Thanks for the response!

I understand where the following comes from:
[itex] Y'' - \dfrac{n^2 k^2}{10^2}Y = 0 [/itex]

Then we find from it:

[itex] Y = Ce^{\dfrac{n \pi y}{10}} + De^{-\dfrac{n \pi y}{10}} [/itex]

I understand that [itex] sinh(x) = \dfrac{1}{2}(e^x - e^{-x}) [/itex].

However, I don't understand how we can arrives at

[itex] Y(y) = C [/itex] sinh [itex] (\dfrac{ n \pi}{10}y) + D [/itex] sinh [itex] ( \dfrac{n \pi}{10} (30 - y)) [/itex]

I think this it the step that I'm completely lost on.

 

[LCKurtz]

sinh(a-y) has an addition formula similar to the trig formula, so it is a linear combination of sinh(y) and cosh(y), which in turn are linear combinations of ##e^y## and ##e^{-y}##. As long as the pair is linearly independent you can use them for the general solution. The pair I have chosen just makes the arithmetic a bit easier.

 

[mliuzzolino]

sinh(a-y) has an addition formula similar to the trig formula, so it is a linear combination if sinh(y) and cosh(y), which in turn are linear combinations of ##e^y## and ##e^{-y}##. As long as the pair is linearly independent you can use them for the general solution. The pair I have chosen just makes the arithmetic a bit easier.

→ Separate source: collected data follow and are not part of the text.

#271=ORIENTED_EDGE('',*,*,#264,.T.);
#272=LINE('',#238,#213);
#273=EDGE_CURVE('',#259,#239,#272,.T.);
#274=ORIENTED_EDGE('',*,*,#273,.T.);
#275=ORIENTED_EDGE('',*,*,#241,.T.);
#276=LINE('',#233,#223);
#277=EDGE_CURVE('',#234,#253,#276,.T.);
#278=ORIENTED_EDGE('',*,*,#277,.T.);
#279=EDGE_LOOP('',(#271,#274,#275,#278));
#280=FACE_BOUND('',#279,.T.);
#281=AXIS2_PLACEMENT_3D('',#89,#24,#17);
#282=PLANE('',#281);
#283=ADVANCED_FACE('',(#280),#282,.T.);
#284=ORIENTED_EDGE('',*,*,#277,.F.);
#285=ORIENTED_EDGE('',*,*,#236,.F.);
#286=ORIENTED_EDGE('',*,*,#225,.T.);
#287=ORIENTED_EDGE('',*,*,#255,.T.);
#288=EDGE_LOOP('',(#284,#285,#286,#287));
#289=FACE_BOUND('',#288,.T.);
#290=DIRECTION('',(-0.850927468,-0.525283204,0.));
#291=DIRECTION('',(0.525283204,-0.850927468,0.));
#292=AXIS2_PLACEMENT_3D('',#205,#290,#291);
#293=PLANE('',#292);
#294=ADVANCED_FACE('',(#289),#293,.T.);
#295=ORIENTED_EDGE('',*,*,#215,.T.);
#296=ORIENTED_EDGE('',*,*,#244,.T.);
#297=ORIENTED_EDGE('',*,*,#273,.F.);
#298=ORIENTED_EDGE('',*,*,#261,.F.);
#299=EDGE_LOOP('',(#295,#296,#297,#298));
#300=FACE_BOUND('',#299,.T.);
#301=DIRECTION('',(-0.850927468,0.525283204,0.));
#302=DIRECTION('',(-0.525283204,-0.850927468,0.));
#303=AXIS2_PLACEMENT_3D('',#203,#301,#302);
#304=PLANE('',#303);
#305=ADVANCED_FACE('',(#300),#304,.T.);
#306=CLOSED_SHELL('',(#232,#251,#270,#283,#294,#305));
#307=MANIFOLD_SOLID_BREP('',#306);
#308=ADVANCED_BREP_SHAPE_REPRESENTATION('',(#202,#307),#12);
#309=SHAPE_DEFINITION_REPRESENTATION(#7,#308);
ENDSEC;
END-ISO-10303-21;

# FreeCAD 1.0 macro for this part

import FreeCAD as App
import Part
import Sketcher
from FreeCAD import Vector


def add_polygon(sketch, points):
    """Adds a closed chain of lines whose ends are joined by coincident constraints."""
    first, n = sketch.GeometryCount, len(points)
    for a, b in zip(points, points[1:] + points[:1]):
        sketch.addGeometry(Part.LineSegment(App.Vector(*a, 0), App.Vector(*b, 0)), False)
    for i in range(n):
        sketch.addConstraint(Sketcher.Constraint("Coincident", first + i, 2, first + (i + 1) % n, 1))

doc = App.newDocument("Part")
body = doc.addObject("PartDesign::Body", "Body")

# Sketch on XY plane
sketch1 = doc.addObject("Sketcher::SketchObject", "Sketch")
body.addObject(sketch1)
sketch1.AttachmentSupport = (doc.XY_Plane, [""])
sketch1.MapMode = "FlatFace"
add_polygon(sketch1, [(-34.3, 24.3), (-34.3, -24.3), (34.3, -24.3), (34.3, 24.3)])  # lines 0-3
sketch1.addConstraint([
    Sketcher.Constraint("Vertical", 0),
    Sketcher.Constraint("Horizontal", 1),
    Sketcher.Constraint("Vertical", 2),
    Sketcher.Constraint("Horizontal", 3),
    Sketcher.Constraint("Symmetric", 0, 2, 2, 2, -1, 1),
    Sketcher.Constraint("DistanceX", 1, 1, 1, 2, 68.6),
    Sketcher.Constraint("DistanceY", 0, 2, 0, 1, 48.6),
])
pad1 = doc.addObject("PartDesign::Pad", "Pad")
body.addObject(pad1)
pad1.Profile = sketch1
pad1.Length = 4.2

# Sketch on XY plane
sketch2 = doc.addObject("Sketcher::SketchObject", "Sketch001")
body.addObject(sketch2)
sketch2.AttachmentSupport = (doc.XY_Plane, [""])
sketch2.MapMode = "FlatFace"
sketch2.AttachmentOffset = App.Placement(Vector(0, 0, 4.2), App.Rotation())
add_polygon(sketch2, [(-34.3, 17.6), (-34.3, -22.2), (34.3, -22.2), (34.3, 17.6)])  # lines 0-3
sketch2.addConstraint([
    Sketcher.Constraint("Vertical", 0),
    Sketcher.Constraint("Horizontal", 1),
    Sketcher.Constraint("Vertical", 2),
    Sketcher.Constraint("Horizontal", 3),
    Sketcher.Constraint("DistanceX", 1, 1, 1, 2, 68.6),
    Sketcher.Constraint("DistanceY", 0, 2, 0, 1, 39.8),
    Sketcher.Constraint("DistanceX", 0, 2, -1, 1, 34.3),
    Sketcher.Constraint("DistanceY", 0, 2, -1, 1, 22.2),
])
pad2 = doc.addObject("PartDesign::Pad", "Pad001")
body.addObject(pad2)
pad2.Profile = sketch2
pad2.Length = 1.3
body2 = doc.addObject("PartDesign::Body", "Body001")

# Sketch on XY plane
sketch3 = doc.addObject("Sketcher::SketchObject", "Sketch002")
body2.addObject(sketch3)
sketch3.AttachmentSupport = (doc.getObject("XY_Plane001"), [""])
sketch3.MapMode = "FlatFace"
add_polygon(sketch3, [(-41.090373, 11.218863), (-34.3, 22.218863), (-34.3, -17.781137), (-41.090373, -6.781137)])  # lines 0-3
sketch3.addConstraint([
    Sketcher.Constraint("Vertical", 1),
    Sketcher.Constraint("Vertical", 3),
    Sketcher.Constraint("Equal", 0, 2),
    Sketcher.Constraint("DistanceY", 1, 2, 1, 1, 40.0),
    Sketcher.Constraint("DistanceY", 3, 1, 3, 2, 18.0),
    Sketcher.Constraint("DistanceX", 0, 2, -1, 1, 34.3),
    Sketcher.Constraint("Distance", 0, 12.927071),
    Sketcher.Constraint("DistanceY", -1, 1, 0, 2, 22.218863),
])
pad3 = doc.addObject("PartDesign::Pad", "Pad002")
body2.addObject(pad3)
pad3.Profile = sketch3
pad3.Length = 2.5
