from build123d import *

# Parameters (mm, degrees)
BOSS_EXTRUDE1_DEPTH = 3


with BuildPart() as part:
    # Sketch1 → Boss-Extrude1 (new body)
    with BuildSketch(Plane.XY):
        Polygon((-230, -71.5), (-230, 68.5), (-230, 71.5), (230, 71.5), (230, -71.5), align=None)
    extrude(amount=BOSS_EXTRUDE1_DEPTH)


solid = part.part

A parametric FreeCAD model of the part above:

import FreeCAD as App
import Part
import Sketcher

V = App.Vector


def add_polygon(sketch, points):
    """Adds a closed chain of lines whose ends are joined by coincident constraints."""
    first, n = sketch.GeometryCount, len(points)
    for a, b in zip(points, points[1:] + points[:1]):
        sketch.addGeometry(Part.LineSegment(App.Vector(*a, 0), App.Vector(*b, 0)), False)
    for i in range(n):
        sketch.addConstraint(Sketcher.Constraint("Coincident", first + i, 2, first + (i + 1) % n, 1))

doc = App.newDocument("Part")
body = doc.addObject("PartDesign::Body", "Body")

sketch1 = body.newObject("Sketcher::SketchObject", "Sketch")
sketch1.AttachmentSupport = (doc.getObject("XY_Plane"), [""])
sketch1.MapMode = "FlatFace"
add_polygon(sketch1, [(-230, 72), (-230, -72), (230, -72), (230, 72)])
sketch1.addConstraint(Sketcher.Constraint("Vertical", 0))
sketch1.addConstraint(Sketcher.Constraint("Horizontal", 1))
sketch1.addConstraint(Sketcher.Constraint("Vertical", 2))
sketch1.addConstraint(Sketcher.Constraint("Horizontal", 3))
sketch1.addConstraint(Sketcher.Constraint("Symmetric", 0, 2, 2, 2, -1, 1))
sketch1.addConstraint(Sketcher.Constraint("DistanceX", 1, 1, 1, 2, 460.0))
sketch1.addConstraint(Sketcher.Constraint("DistanceY", 0, 2, 0, 1, 143.0))
pad1 = body.newObject("PartDesign::Pad", "Pad")
pad1.Profile = sketch1
pad1.Length = 3

doc.recompute()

I apparently need to familiarize myself more with hyperbolic functions! I should have assumed there was some trick like this. Thanks a lot for your help! It all makes sense now. :)

 

[LCKurtz]

I apparently need to familiarize myself more with hyperbolic functions! I should have assumed there was some trick like this. Thanks a lot for your help! It all makes sense now. :)

You're welcome. There is one little thing I mis-wrote. I said your ##Y## boundary value problem had ##Y(30)=0## and ##Y(0)= 100##. I shouldn't have included ##Y(0)= 100## at that point because ##100=T(x,0)=X(x)Y(0)## does not imply ##Y(0)= 100##. The nonhomogeneous condition ##100=T(x,0)## was used after the series for ##T(x,y)## was developed.